Não hajam dúvidas quanto
à importância de Centeno nestes últimos dois anos e meio. Foi a sua
competência na utilização de estratégias de gestão das circunstâncias, que
permitiram os sucessivos brilharetes conseguidos desde que substituiu Maria
Luís Albuquerque. Mas há alguma razão, quando alguns comentadores, como Pedro
Marques Lopes, defendem que as políticas impostas por ele aos seus colegas de
governo não diferem muito das que o PSD tomaria se fosse aquilo que alguns
(poucos!) desejariam que fosse e não aquilo que sempre acabou por revelar ser a
sua verdadeira identidade.
Foi de facto na cartilha
social-democrata, que Centeno fundamentou o trajeto da economia nacional do seu
desequilíbrio orçamental até ao superavit, que já se prefigura num
horizonte muito próximo. À conta dessa conduta o país saiu do radar dos
políticos do Norte da Europa, que nos caricaturavam de uma forma, que muito
justamente nos indignou.
O problema é que o planeta
move-se e a realidade muda de acordo com tendências, que fazem-nos duvidar das
vantagens de manter Centeno como ministro na próxima legislatura ao contrário
do que, precipitadamente, veio sugerir Ana Catarina Mendes. É que, se a
conjuntura potenciou o engenho até agora demonstrado, os principais problemas
vividos a nível europeu - o enriquecimento acelerado de uma minoria à custa do
empobrecimento da maioria, o alheamento quanto ao problema real da inevitável
diminuição do volume e da qualidade do emprego, sobretudo para as camadas mais
jovens da população - não se resolvem com Uniões Bancárias nem outras políticas
de diluição das soberanias nacionais numa instituição burocrática ditada pela
vontade de alemães e holandeses.
A luta de classes, ora assume a
perversa característica de dar imerecido fôlego a populistas de extrema-direita,
ora se manifesta em lutas frequentemente inorgânicas, que se devidamente
organizadas e canalizadas no sentido adequado, podem estremecer os alicerces do
desnorteado capitalismo europeu. Chegará o momento em que António Costa ficará
confrontado com duas vias possíveis: ou ceder a Centeno coligando-se
inevitavelmente com o PSD de Rui Rio, ou assumir-se verdadeiramente como
socialista e mostrar coragem na opção, que implique a melhoria significativa da
qualidade de vida dos cidadãos, de modo a que se cumpram as suas
expetativas quanto ao direito ao trabalho, à saúde, à educação, à
cultura e à habitação. É claro que a eventual maioria absoluta poderá ser
transitório paliativo, mas de efeitos apenas retardadores do ponto de viragem
em que uma decisão ideológica bem definida terá de ser tomada.
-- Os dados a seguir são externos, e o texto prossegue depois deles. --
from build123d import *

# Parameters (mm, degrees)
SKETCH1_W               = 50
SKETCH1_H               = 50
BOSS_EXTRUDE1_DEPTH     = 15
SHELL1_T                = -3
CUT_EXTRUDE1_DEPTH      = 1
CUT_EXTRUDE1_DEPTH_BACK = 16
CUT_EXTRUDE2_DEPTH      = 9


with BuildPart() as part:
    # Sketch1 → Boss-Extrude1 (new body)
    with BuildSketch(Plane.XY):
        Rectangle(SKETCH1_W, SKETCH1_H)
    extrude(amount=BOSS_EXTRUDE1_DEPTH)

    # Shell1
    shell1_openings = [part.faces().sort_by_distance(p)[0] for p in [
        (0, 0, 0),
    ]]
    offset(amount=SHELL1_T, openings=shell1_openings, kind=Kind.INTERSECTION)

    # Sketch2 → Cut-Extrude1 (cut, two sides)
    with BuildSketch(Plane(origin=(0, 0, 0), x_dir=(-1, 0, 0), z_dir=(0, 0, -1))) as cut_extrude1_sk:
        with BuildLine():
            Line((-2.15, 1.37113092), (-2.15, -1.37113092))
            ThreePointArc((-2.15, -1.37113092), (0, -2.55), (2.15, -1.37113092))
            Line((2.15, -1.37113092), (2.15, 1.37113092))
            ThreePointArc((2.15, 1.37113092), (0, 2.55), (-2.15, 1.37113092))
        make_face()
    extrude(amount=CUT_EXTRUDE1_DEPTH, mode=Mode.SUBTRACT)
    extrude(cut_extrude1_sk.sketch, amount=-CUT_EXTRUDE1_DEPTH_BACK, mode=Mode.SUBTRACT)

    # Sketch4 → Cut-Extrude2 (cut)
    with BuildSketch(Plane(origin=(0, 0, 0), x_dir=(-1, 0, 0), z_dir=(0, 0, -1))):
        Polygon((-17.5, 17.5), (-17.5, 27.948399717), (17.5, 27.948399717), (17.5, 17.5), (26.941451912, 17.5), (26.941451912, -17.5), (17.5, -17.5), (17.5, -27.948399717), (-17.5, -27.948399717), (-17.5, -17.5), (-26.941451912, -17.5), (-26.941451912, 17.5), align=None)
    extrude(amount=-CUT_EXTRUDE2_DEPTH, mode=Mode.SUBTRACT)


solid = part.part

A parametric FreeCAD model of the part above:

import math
import FreeCAD as App
import Part
import Sketcher
from FreeCAD import Vector
Q = App.Units.Quantity


def faces_at(feature, points):
    """Names of the faces that lie closest to the given points."""
    faces = feature.Shape.Faces
    near = lambda p: min(range(len(faces)), key=lambda i: faces[i].distToShape(Part.Vertex(*p))[0])
    return sorted({f"Face{near(p) + 1}" for p in points})


def add_polygon(sketch, points):
    """Adds a closed chain of lines whose ends are joined by coincident constraints."""
    first, n = sketch.GeometryCount, len(points)
    for a, b in zip(points, points[1:] + points[:1]):
        sketch.addGeometry(Part.LineSegment(App.Vector(*a, 0), App.Vector(*b, 0)), False)
    for i in range(n):
        sketch.addConstraint(Sketcher.Constraint("Coincident", first + i, 2, first + (i + 1) % n, 1))

doc = App.newDocument("Part")
body = doc.addObject("PartDesign::Body", "Body")

# Sketch on XY plane
sketch1 = body.newObject("Sketcher::SketchObject", "Sketch")
sketch1.AttachmentSupport = (doc.getObject("XY_Plane"), [""])
sketch1.MapMode = "FlatFace"
add_polygon(sketch1, [(-25, 25), (-25, -25), (25, -25), (25, 25)])  # lines 0-3
sketch1.addConstraint([
    Sketcher.Constraint("Vertical", 0),
    Sketcher.Constraint("Horizontal", 1),
    Sketcher.Constraint("Vertical", 2),
    Sketcher.Constraint("Horizontal", 3),
    Sketcher.Constraint("Symmetric", 0, 2, 2, 2, -1, 1),
    Sketcher.Constraint("Equal", 3, 0),
    Sketcher.Constraint("DistanceX", 1, 1, 1, 2, Q("50 mm")),
])
pad1 = body.newObject("PartDesign::Pad", "Pad")
pad1.Profile = sketch1
pad1.Length = 15
doc.recompute()

thickness = body.newObject("PartDesign::Thickness", "Thickness")
thickness.Base = (pad1, faces_at(pad1, [(0, 0, 0)]))
thickness.Value = 3
thickness.Reversed = True
thickness.Join = "Intersection"

# Sketch on XY plane
sketch2 = body.newObject("Sketcher::SketchObject", "Sketch001")
sketch2.AttachmentSupport = (doc.getObject("XY_Plane"), [""])
sketch2.MapMode = "FlatFace"
sketch2.addGeometry([
    Part.LineSegment(Vector(2.15, 1.371131, 0), Vector(2.15, -1.371131, 0)),
    Part.ArcOfCircle(Part.Circle(Vector(0, 0, 0), Vector(0, 0, 1), 2.55), math.radians(-147.472904), math.radians(-32.527096)),
    Part.LineSegment(Vector(-2.15, -1.371131, 0), Vector(-2.15, 1.371131, 0)),
    Part.ArcOfCircle(Part.Circle(Vector(0, 0, 0), Vector(0, 0, 1), 2.55), math.radians(32.527096), math.radians(147.472904)),
], False)
sketch2.addConstraint([
    Sketcher.Constraint("Coincident", 0, 2, 1, 2),
    Sketcher.Constraint("Coincident", 1, 1, 2, 1),
    Sketcher.Constraint("Coincident", 2, 2, 3, 2),
    Sketcher.Constraint("Coincident", 3, 1, 0, 1),
    Sketcher.Constraint("Vertical", 0),
    Sketcher.Constraint("Vertical", 2),
    Sketcher.Constraint("Coincident", 1, 3, -1, 1),
    Sketcher.Constraint("Coincident", 3, 3, -1, 1),
    Sketcher.Constraint("Equal", 1, 3),
    Sketcher.Constraint("Horizontal", 0, 2, 1, 1),
    Sketcher.Constraint("Radius", 1, Q("2.55 mm")),
    Sketcher.Constraint("DistanceX", 1, 1, 0, 2, Q("4.3 mm")),
])
pocket1 = body.newObject("PartDesign::Pocket", "Pocket")
pocket1.Profile = sketch2
pocket1.Type = "ThroughAll"
pocket1.Midplane = True

# Sketch on XY plane
sketch3 = body.newObject("Sketcher::SketchObject", "Sketch002")
sketch3.AttachmentSupport = (doc.getObject("XY_Plane"), [""])
sketch3.MapMode = "FlatFace"
add_polygon(sketch3, [(17.5, 27.9484), (17.5, 17.5), (26.941452, 17.5), (26.941452, -17.5), (17.5, -17.5), (17.5, -27.9484), (-17.5, -27.9484), (-17.5, -17.5), (-26.941452, -17.5), (-26.941452, 17.5), (-17.5, 17.5), (-17.5, 27.9484)])  # lines 0-11
sketch3.addConstraint([
    Sketcher.Constraint("Vertical", 0),
    Sketcher.Constraint("Horizontal", 1),
    Sketcher.Constraint("Vertical", 2),
    Sketcher.Constraint("Horizontal", 3),
    Sketcher.Constraint("Vertical", 4),
    Sketcher.Constraint("Horizontal", 5),
    Sketcher.Constraint("Vertical", 6),
    Sketcher.Constraint("Horizontal", 7),
    Sketcher.Constraint("Vertical", 8),
    Sketcher.Constraint("Horizontal", 9),
    Sketcher.Constraint("Vertical", 10),
    Sketcher.Constraint("Horizontal", 11),
    Sketcher.Constraint("Symmetric", 0, 2, 6, 2, -1, 1),
    Sketcher.Constraint("Symmetric", 2, 2, 8, 2, -1, 1),
    Sketcher.Constraint("Symmetric", 4, 2, 10, 2, -1, 1),
    Sketcher.Constraint("Symmetric", 3, 2, 6, 2, -2),
    Sketcher.Constraint("Equal", 11, 2),
    Sketcher.Constraint("DistanceX", 5, 2, 5, 1, Q("35 mm")),
    Sketcher.Constraint("DistanceY", 0, 2, 0, 1, Q("10.4484 mm")),
    Sketcher.Constraint("DistanceX", 1, 1, 1, 2, Q("9.441452 mm")),
])
pocket2 = body.newObject("PartDesign::Pocket", "Pocket001")
pocket2.Profile = sketch3
pocket2.Length = 9
pocket2.Reversed = True

doc.recompute()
É que, embora os estarolas das
direitas tendam a expressar-se de forma semelhante - demorará bastante a que
gerações sucessivas formadas na Católica, na Nova de Lisboa ou na Faculdade do
Porto, por professores incapazes de se libertarem da lógica do datado e
esgotado neoliberalismo! - as críticas fundamentadas de quem pensa o futuro
próximo à esquerda do Partido Socialista fazem todo o sentido valendo a pena
atentar no que vão escrevendo José Reis, José Castro Caldas, Ricardo Paes
Mamede ou João Rodrigues nos abundantes textos de opinião, que continuam
infelizmente a ser pouco conhecidos por quem se vê contaminado pelos Zés Gomes
Ferreiras, pelos Camilos ou pelos Vieiras Pereiras, que por aí abundam.
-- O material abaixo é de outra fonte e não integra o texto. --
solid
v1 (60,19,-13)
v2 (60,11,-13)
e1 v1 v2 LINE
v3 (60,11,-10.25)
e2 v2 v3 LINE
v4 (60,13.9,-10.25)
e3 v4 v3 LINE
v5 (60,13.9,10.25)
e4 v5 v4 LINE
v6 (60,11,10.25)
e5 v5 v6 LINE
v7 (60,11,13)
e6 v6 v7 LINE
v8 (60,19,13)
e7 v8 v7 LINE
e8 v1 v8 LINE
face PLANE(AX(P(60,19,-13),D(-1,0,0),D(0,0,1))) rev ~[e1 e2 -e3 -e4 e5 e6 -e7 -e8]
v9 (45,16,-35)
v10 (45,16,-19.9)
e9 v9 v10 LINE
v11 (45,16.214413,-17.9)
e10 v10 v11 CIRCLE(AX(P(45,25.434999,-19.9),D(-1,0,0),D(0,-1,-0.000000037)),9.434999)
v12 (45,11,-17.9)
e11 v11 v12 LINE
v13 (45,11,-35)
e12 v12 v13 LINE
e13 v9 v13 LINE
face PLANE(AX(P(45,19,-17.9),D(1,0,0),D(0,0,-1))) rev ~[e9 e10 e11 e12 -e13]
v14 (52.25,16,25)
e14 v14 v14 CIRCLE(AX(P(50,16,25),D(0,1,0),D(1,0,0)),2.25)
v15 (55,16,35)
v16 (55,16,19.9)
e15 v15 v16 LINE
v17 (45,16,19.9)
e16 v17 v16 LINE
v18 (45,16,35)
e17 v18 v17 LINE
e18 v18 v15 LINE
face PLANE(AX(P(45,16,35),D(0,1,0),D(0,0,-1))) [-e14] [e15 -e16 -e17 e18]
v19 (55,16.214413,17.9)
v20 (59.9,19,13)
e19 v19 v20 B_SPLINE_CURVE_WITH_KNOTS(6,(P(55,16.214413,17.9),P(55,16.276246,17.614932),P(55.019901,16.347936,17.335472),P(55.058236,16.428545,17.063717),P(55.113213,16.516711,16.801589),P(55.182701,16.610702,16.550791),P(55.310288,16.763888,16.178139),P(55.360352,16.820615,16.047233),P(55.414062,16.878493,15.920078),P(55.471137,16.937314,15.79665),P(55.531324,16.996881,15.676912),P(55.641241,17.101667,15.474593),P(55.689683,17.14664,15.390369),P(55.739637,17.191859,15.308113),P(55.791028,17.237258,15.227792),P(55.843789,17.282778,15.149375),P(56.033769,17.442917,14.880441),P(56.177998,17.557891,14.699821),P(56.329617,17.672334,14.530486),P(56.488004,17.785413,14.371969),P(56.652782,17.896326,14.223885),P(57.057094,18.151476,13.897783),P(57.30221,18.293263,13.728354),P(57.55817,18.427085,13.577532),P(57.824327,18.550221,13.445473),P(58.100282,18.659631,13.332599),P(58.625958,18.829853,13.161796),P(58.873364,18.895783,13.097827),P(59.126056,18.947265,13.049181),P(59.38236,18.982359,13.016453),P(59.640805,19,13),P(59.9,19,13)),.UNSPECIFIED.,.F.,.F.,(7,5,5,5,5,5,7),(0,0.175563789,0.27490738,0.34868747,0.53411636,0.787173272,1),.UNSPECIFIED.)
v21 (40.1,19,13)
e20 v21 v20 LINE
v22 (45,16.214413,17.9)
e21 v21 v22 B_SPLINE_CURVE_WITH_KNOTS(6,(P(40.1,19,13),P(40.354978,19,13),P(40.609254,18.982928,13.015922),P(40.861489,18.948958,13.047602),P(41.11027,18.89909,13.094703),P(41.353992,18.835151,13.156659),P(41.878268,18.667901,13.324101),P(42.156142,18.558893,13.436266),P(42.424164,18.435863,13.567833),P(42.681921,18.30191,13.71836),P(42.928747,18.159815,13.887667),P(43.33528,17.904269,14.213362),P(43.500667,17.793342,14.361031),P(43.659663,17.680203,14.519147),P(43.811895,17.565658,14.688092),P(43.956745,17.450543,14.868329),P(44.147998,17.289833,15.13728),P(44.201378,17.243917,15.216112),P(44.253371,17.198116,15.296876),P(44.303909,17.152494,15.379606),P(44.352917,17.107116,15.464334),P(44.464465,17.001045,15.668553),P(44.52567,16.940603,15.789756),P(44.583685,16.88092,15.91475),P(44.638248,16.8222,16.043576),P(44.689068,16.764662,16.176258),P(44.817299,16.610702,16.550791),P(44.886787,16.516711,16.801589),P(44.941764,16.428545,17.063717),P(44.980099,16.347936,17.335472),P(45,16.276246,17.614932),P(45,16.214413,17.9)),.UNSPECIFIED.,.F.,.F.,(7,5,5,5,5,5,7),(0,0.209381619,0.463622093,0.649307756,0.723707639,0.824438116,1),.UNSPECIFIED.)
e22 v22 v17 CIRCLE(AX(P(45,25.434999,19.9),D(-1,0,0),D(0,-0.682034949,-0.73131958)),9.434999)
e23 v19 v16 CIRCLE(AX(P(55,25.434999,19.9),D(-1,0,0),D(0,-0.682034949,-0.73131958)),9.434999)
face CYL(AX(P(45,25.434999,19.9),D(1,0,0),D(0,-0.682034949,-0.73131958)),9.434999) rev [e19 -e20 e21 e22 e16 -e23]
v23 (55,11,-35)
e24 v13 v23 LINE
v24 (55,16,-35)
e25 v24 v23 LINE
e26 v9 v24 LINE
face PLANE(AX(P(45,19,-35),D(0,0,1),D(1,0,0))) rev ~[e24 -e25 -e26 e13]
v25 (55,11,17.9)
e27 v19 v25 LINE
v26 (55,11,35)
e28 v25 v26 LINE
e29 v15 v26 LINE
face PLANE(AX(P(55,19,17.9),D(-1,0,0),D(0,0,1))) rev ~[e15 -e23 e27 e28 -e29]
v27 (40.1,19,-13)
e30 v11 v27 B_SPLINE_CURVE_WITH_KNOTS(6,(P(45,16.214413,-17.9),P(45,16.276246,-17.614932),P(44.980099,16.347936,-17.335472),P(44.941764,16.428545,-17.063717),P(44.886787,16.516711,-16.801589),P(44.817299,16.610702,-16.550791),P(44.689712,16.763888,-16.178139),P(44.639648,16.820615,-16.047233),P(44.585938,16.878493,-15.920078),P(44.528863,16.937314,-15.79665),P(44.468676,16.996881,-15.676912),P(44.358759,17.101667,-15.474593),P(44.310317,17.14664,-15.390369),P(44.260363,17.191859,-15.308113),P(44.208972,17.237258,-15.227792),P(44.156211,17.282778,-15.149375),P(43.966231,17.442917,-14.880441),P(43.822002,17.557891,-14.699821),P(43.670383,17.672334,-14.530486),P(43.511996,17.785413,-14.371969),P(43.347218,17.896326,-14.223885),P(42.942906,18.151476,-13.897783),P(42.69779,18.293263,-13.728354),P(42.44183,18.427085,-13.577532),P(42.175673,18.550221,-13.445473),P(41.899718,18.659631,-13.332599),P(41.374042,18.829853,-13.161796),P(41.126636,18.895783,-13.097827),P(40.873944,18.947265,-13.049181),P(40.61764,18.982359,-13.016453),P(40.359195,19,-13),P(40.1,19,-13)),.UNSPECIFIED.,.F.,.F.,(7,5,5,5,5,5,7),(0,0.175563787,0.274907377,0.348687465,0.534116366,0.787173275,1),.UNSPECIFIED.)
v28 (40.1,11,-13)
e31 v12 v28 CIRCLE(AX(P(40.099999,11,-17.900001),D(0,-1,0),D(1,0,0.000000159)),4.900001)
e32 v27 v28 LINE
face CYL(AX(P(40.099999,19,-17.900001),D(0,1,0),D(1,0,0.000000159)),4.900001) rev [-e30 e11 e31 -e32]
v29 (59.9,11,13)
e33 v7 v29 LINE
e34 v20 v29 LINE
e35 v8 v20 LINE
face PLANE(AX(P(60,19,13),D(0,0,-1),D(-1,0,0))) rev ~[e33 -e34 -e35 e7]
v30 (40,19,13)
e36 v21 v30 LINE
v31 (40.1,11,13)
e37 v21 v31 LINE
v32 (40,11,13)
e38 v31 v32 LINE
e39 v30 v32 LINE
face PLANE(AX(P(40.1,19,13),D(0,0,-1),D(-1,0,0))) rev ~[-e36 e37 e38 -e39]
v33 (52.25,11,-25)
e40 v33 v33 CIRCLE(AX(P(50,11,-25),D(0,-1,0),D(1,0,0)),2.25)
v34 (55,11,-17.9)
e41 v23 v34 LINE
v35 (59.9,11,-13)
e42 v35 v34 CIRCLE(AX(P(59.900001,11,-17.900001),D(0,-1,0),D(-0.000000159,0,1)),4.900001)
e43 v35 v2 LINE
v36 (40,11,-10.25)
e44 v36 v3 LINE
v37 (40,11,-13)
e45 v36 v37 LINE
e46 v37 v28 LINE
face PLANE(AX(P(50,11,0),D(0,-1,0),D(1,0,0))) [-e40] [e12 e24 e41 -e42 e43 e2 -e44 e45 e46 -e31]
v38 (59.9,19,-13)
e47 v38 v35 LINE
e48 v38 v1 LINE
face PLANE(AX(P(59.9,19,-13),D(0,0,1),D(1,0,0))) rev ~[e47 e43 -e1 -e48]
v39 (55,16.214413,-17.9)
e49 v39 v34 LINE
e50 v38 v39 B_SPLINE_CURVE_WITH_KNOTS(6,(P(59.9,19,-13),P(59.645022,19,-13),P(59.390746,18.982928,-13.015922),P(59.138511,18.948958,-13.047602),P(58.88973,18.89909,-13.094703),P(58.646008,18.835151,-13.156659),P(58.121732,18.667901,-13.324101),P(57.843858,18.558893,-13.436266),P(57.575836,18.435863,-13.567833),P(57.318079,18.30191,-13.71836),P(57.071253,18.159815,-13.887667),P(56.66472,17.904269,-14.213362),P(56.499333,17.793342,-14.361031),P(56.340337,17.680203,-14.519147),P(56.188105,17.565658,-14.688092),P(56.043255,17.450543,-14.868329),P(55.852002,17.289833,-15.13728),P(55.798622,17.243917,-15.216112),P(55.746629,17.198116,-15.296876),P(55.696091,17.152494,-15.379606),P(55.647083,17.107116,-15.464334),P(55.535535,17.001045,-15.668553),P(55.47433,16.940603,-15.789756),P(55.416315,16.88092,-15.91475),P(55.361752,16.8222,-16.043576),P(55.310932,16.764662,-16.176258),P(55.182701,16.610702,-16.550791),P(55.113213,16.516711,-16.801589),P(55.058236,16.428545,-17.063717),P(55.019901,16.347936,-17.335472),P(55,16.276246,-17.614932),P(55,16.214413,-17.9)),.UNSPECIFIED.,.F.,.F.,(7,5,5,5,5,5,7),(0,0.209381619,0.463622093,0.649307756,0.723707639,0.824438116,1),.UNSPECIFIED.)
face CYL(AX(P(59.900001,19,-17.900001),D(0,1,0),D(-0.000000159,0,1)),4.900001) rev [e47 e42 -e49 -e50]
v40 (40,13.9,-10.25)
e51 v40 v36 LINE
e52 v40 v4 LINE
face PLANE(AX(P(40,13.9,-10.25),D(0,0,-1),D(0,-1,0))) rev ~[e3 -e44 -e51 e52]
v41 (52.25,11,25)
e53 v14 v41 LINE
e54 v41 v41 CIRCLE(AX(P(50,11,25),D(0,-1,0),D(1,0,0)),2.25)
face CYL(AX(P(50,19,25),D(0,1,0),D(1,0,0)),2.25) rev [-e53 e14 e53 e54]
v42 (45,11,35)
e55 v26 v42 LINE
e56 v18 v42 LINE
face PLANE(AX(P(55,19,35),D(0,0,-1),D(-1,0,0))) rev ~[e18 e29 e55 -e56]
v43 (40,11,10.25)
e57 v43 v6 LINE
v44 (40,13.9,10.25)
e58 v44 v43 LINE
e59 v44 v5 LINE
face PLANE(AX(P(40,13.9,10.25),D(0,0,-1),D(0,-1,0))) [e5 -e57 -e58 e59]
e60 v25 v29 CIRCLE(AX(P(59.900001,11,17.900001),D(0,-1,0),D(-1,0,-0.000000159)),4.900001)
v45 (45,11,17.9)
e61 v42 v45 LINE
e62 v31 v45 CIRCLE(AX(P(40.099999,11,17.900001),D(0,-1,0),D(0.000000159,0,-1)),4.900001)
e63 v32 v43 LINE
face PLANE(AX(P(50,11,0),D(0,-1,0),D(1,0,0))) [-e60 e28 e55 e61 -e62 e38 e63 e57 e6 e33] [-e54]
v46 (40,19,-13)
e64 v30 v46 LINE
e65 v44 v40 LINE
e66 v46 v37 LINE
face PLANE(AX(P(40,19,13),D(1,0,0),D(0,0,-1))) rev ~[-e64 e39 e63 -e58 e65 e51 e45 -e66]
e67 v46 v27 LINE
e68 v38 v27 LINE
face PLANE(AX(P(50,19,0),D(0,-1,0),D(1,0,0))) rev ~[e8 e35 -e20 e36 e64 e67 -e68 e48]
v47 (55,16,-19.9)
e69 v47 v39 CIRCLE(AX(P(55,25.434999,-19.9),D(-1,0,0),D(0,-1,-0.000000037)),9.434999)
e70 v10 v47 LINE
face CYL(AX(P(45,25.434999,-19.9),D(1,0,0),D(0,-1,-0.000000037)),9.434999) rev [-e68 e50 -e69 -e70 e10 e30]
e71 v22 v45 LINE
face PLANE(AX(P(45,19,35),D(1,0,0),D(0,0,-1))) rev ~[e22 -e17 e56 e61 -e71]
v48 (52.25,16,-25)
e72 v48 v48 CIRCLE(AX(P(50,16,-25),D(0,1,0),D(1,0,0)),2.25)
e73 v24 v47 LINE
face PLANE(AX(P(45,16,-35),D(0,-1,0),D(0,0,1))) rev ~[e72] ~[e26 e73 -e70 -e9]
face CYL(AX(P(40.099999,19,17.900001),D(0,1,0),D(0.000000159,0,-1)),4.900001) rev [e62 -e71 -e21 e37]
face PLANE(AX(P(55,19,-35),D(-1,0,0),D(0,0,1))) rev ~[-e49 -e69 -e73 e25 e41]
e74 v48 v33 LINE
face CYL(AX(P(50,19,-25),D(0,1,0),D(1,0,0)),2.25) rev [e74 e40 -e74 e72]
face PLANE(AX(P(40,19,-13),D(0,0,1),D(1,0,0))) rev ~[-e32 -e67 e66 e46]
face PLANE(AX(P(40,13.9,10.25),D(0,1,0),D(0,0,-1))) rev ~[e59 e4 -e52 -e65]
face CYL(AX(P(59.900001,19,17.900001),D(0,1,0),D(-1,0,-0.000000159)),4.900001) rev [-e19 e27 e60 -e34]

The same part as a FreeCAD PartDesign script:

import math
import FreeCAD as App
import Part
import Sketcher
from FreeCAD import Vector
Q = App.Units.Quantity


def add_polygon(sketch, points):
    """Adds a closed chain of lines whose ends are joined by coincident constraints."""
    first, n = sketch.GeometryCount, len(points)
    for a, b in zip(points, points[1:] + points[:1]):
        sketch.addGeometry(Part.LineSegment(App.Vector(*a, 0), App.Vector(*b, 0)), False)
    for i in range(n):
        sketch.addConstraint(Sketcher.Constraint("Coincident", first + i, 2, first + (i + 1) % n, 1))

doc = App.newDocument("Part")
body = doc.addObject("PartDesign::Body", "Body")

# Sketch on XZ plane
sketch1 = body.newObject("Sketcher::SketchObject", "Sketch")
sketch1.AttachmentSupport = (doc.getObject("XZ_Plane"), [""])
sketch1.MapMode = "FlatFace"
sketch1.addGeometry([
    Part.LineSegment(Vector(40, -13, 0), Vector(40.1, -13, 0)),  # 0
    Part.ArcOfCircle(Part.Circle(Vector(40.099999, -17.900001, 0), Vector(0, 0, 1), 4.900001), math.radians(0.000009), math.radians(89.999991)),  # 1
    Part.LineSegment(Vector(45, -17.9, 0), Vector(45, -35, 0)),  # 2
    Part.LineSegment(Vector(45, -35, 0), Vector(55, -35, 0)),  # 3
    Part.LineSegment(Vector(55, -35, 0), Vector(55, -17.9, 0)),  # 4
    Part.ArcOfCircle(Part.Circle(Vector(59.900001, -17.900001, 0), Vector(0, 0, 1), 4.900001), math.radians(90.000009), math.radians(179.999991)),  # 5
    Part.LineSegment(Vector(59.9, -13, 0), Vector(60, -13, 0)),  # 6
    Part.LineSegment(Vector(60, -13, 0), Vector(60, 13, 0)),  # 7
    Part.LineSegment(Vector(60, 13, 0), Vector(59.9, 13, 0)),  # 8
    Part.ArcOfCircle(Part.Circle(Vector(59.900001, 17.900001, 0), Vector(0, 0, 1), 4.900001), math.radians(-179.999991), math.radians(-90.000009)),  # 9
    Part.LineSegment(Vector(55, 17.9, 0), Vector(55, 35, 0)),  # 10
    Part.LineSegment(Vector(55, 35, 0), Vector(45, 35, 0)),  # 11
    Part.LineSegment(Vector(45, 35, 0), Vector(45, 17.9, 0)),  # 12
    Part.ArcOfCircle(Part.Circle(Vector(40.099999, 17.900001, 0), Vector(0, 0, 1), 4.900001), math.radians(-89.999991), math.radians(-0.000009)),  # 13
    Part.LineSegment(Vector(40.1, 13, 0), Vector(40, 13, 0)),  # 14
    Part.LineSegment(Vector(40, 13, 0), Vector(40, -13, 0)),  # 15
    Part.Circle(Vector(50, -25, 0), Vector(0, 0, 1), 2.25),  # 16
    Part.Circle(Vector(50, 25, 0), Vector(0, 0, 1), 2.25),  # 17
], False)
sketch1.addConstraint([
    Sketcher.Constraint("Tangent", 0, 2, 1, 2),
    Sketcher.Constraint("Tangent", 1, 1, 2, 1),
    Sketcher.Constraint("Coincident", 2, 2, 3, 1),
    Sketcher.Constraint("Coincident", 3, 2, 4, 1),
    Sketcher.Constraint("Tangent", 4, 2, 5, 2),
A propósito de Mário Centeno,
João Rodrigues concluía um artigo com esta justa desconfiança a seu respeito:“o
emprego criado concentra-se em sectores de baixos salários como o turismo e a
construção, correspondendo a um processo, indissociável do euro e acentuado
pela Troika, de regressão estrutural, ou seja, de especialização crescente em
sectores com menor potencial de inovação e de ganhos de produtividade,
garantindo um lugar subalterno de Florida da Europa. Mário Centeno é um
problema crescente internamente. A questão não é pessoal, mas sim política.
Talvez também tenha sido por isso que Jean-Claude Juncker apodou de sábia a sua
eleição para a presidência do Eurogrupo”.